The German Aufklärung also sought to clear up the mess that had been made of the country's theatre, and perhaps no one person was more dedicated to reorganizing the theatre than the actress and theatre manager Caroline Neuber. Born Friederike Caroline Weissenborn, she was well educated by an intelligent but tyrannical father who seems to have quite literally beaten her unfortunate mother to death. At twenty, she ran off with a young clerk, Johann Neuber, and married him. The couple joined a troupe of traveling actors, and then five years later moved to another company. In 1727, they founded their own troupe and were granted a special patent by the local government to perform at the annual Easter Fair in Leipzig.

Performing extensively rehearsed productions, the Neubers' company attracted the attention of a university professor in Leipzig, Johann Christoph Gottsched. Like Neuber, Gottsched wanted to elevate German drama, and the two worked together, with Neuber staging innovative new productions and Gottsched writing critical defenses of her actions. Most controversial was Neuber's holding a symbolic banishing of the traditional German clown, Hanswurst, an act Gottsched justified as necessary to bring about a new seriousness in drama. Unfortunately, Gottsched felt he needed to be deferred to in stage matters as well as literary ones, and Neuber would have none of that. The two fell out in 1741 over an argument in which even Gottsched's own wife had sided with Neuber.

Realizing the value of having an educated critic on her side, Neuber looked about for a replacement for Gottsched, and came upon a talented student at the University of Leipzig named Gotthold Ephraim Lessing. She induced him to translate French plays for her, and then in 1748 she produced his first original play, The Young Scholar. Lessing began reviewing theatre productions, and eventually co-founded a new journal dedicated exclusively to the drama. Though it lasted only four issues, it established his reputation. Lessing continued to write plays, and in 1755 penned Miss Sara Sampson, a bourgeois tragedy influenced by George Lillo's The London Merchant but surpassing it in many ways.

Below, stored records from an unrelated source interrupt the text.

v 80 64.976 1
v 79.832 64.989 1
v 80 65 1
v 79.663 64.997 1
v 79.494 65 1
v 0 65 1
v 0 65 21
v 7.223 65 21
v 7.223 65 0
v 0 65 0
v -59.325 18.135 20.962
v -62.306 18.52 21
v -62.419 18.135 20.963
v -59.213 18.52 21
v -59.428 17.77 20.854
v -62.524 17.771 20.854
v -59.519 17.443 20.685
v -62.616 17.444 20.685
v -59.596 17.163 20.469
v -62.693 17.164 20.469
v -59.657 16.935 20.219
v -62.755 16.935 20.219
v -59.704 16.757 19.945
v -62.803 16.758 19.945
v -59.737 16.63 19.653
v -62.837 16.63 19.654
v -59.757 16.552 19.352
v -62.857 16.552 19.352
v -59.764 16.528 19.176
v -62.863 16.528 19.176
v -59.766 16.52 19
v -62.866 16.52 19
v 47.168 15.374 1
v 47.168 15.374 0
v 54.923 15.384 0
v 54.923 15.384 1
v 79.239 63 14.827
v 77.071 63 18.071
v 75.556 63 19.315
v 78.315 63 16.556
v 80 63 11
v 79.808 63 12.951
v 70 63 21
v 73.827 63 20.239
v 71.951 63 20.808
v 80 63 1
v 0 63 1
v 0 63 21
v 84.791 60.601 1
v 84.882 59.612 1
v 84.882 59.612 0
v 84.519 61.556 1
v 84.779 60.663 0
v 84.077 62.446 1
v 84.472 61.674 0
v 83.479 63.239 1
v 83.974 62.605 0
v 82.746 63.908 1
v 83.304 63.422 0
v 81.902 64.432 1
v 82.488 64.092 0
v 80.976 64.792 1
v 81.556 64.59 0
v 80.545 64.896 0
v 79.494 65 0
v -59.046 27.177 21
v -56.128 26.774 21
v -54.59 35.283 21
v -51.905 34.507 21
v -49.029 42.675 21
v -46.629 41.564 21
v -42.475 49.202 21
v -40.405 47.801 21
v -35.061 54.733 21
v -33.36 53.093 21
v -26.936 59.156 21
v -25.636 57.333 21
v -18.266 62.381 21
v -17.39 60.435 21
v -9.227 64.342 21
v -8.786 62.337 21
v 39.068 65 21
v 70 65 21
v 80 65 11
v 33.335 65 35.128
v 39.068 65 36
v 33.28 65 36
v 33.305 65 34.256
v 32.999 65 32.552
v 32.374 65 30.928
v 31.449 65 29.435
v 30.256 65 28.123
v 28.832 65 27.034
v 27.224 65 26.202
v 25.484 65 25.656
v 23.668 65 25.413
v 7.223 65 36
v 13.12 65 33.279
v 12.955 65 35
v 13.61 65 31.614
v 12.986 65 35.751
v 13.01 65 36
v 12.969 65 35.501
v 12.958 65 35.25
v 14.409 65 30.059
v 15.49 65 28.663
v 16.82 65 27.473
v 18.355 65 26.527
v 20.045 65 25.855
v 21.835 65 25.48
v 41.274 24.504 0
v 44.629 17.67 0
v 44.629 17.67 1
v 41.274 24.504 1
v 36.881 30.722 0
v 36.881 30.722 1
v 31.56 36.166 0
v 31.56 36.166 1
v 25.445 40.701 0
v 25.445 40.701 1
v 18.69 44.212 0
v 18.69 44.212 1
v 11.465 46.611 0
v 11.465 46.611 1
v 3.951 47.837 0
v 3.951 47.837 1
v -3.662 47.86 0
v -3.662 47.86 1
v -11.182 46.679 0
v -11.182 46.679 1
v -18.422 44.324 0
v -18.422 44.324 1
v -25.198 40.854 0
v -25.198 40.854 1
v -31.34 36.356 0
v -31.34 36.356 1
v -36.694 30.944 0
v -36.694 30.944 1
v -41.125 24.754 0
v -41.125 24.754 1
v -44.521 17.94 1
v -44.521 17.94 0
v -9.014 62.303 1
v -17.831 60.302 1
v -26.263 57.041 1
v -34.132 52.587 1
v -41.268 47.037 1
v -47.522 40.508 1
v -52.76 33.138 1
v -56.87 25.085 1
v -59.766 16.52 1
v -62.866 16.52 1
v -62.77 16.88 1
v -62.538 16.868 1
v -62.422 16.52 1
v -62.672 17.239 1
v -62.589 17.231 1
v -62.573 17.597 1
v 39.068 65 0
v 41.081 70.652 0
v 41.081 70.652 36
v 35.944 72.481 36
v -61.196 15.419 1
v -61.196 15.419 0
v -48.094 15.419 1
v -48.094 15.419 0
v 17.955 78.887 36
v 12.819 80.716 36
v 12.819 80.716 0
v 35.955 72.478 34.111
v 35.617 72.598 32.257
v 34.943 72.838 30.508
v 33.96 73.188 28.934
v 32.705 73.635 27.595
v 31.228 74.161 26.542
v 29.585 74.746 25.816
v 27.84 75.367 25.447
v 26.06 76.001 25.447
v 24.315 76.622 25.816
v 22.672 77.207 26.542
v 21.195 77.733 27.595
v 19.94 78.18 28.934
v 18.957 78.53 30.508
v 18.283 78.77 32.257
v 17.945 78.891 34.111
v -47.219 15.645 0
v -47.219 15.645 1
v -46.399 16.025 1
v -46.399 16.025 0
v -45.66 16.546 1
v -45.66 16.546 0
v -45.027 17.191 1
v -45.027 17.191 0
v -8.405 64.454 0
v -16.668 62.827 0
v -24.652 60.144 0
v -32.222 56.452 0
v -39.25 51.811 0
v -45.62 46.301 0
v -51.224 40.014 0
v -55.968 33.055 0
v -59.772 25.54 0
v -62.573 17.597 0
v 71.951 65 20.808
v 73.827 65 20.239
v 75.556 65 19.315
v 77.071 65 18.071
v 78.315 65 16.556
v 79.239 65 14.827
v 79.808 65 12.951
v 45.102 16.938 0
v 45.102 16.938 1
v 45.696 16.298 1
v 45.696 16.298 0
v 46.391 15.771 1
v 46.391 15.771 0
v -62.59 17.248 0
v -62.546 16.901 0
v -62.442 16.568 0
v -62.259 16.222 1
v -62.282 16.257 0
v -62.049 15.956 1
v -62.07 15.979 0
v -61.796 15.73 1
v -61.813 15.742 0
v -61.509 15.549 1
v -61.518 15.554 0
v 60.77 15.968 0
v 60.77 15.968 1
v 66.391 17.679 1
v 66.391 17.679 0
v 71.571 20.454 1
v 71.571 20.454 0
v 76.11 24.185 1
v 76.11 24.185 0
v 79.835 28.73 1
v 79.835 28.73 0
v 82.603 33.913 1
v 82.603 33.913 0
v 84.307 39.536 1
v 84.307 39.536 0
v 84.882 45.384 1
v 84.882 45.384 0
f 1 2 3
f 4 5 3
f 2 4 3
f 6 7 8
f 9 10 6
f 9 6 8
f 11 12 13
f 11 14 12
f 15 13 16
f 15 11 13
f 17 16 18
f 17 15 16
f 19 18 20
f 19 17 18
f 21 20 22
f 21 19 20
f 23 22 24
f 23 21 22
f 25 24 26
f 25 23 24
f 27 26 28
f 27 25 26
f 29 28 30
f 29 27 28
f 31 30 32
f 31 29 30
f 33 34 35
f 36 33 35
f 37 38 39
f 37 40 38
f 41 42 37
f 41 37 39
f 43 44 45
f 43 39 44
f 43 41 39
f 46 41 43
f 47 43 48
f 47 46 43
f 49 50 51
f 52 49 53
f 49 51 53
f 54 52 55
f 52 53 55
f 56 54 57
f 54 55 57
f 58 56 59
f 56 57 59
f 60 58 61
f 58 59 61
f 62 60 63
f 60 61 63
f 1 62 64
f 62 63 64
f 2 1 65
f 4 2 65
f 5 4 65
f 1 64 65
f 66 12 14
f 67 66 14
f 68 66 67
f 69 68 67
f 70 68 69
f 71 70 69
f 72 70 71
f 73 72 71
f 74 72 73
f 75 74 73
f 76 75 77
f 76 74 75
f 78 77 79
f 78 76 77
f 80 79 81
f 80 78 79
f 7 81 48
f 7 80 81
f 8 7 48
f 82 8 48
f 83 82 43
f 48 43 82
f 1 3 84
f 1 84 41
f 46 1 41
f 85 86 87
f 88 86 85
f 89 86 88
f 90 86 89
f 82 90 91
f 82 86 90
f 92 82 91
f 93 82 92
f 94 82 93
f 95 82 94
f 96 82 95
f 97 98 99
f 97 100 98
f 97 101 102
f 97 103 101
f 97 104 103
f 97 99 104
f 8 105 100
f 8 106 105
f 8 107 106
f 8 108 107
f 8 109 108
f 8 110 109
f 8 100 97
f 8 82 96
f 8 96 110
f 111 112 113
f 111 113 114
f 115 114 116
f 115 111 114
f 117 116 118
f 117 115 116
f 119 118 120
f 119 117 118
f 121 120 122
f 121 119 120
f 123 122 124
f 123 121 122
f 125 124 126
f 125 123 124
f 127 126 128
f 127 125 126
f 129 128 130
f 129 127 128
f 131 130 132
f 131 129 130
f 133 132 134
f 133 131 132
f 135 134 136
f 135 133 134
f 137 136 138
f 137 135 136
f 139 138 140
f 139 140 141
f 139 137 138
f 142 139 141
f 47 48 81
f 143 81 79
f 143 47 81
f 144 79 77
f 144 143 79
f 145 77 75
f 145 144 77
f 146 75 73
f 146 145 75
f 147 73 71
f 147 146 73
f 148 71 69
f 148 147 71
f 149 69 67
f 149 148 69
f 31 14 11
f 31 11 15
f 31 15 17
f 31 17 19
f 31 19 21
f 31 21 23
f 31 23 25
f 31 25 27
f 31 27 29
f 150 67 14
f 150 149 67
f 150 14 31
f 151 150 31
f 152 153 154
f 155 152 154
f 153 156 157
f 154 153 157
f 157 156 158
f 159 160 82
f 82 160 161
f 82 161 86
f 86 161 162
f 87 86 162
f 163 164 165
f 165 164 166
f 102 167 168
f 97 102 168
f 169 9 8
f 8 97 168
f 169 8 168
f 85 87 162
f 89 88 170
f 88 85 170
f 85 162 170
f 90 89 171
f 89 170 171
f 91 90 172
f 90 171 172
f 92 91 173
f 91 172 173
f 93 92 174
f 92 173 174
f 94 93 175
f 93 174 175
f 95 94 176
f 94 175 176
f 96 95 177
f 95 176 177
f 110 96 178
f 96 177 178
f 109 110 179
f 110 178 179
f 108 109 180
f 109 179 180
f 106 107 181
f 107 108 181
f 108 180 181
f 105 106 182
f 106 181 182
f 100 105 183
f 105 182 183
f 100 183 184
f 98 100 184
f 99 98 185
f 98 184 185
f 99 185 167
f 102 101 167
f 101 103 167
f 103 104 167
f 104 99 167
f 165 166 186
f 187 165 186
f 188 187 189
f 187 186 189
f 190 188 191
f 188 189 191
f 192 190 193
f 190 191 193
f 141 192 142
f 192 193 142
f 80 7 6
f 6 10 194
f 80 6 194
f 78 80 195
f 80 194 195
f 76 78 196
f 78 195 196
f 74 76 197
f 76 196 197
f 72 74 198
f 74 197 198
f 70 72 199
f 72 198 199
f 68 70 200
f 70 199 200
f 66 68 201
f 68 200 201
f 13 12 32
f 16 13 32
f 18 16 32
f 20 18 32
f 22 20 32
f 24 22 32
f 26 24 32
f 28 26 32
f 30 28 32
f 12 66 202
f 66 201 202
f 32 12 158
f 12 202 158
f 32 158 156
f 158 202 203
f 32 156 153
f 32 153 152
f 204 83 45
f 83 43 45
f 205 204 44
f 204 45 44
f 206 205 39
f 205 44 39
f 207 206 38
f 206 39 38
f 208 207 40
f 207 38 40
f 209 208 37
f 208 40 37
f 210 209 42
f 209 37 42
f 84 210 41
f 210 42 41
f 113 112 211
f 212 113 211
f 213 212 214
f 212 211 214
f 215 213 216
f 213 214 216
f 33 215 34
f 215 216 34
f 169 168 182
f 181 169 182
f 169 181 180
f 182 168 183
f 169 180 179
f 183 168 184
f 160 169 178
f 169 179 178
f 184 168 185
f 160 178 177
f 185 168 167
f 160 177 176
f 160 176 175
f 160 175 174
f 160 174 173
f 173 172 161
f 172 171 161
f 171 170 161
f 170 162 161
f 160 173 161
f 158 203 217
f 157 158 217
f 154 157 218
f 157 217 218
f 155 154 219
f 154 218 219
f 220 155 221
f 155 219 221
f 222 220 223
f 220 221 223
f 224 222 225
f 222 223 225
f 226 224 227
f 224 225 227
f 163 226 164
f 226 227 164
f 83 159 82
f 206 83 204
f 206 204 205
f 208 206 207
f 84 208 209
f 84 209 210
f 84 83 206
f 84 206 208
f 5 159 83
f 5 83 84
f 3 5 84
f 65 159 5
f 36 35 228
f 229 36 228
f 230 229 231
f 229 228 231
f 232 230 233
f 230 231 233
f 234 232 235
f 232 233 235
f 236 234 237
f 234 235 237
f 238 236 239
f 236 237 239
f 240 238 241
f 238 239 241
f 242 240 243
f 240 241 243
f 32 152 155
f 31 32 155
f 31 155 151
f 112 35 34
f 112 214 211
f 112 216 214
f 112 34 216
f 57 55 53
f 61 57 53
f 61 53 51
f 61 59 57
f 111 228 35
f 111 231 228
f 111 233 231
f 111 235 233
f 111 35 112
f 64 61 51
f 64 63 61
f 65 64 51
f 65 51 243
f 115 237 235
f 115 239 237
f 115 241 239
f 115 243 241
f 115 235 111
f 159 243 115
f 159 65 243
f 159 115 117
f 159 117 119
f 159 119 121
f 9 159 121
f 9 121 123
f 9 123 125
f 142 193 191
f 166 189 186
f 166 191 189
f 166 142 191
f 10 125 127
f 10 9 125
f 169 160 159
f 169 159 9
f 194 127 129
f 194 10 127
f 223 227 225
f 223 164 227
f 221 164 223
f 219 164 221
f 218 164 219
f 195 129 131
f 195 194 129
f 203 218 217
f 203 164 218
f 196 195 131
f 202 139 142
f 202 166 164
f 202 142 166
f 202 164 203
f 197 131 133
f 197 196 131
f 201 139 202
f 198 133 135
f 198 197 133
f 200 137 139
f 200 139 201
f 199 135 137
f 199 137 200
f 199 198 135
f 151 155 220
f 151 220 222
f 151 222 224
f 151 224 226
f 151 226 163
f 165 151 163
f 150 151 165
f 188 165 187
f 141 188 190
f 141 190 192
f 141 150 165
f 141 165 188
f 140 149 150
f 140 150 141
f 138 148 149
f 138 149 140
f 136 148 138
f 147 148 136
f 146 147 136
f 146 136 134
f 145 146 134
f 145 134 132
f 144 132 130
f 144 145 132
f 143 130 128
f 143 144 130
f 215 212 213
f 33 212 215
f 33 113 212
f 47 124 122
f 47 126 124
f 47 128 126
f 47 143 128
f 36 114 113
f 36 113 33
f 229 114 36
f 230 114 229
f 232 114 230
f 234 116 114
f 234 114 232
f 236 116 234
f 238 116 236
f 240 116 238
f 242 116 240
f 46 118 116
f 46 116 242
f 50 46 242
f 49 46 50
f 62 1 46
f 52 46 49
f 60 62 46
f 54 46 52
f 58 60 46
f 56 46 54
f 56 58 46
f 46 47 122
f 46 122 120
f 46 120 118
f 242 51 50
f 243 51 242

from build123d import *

# Parameters (mm, degrees)
PAD_DEPTH         = 1
PAD004_DEPTH      = 20
FILLET_R          = 10
FILLET001_R       = 2
PAD005_DEPTH      = 35
PAD005_DEPTH_BACK = 1
SKETCH005_R       = 9.6
POCKET_DEPTH      = 86.945705044


with BuildPart() as part:
    # Sketch → Pad (new body)
    with BuildSketch(Plane.XY):
        with BuildLine():
            ThreePointArc((2.407e-07, 65), (-39.2503215588, 51.8113139915), (-62.5726380514, 17.5973))
            ThreePointArc((-62.5726380514, 17.5973), (-62.2816568518, 16.2569186959), (-61.1956, 15.4192))
            Line((-61.1956, 15.4192), (-48.0942, 15.4192))
            ThreePointArc((-48.0942, 15.4192), (-46.0175682638, 16.2684180018), (-44.5213344809, 17.9402))
            ThreePointArc((44.6290648541, 17.6705), (0.1452101265, 47.9997803539), (-44.5213344809, 17.9402))
            ThreePointArc((44.6290648541, 17.6705), (45.6957884662, 16.2979684833), (47.1679586113, 15.3736))
            Line((47.1679586113, 15.3736), (54.9232114248, 15.3841578001))
            ThreePointArc((54.9232114248, 15.3841578001), (76.1100083043, 24.1853710213), (84.8823702407, 45.38413))
            Line((84.8823702407, 59.61183), (84.8823702407, 45.38413))
            ThreePointArc((84.8823702407, 59.61183), (83.3042117859, 63.4218415452), (79.4942002407, 65))
            Line((2.407e-07, 65), (79.4942002407, 65))
        make_face()
    extrude(amount=PAD_DEPTH)

    # Sketch001 → Pad004 (new body)
    with BuildSketch(Plane.XY.offset(1)):
        with BuildLine():
            ThreePointArc((6.04881e-05, 65), (-39.6936405321, 51.4724674103), (-62.8655421025, 16.5204))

While Miss Sara Sampson introduced bourgeois tragedy to the German stage, Lessing's 1767 play Minna von Barnhelm set new standards in romantic comedy. The same year he wrote that play, Lessing began work on a series of essays for the Hamburg National Theater. Though the theatre closed two years later, Lessing's essays, collected together in the book Hamburg Dramaturgy, had a lasting effect on dramatic theory and criticism. In 1772 Lessing wrote Emilia Galotti, a tragedy on classical themes but with a contemporary setting, and seven years later he shocked religious sensibilities with his historical comedy about the Crusades, Nathan the Wise. Though Lessing intended the play as a plea for religious tolerance, people of many faiths condemned it for its argument that all religions are essentially interchangeable.

Lessing is generally credited with helping to pave the way for German Romanticism, but that's another story.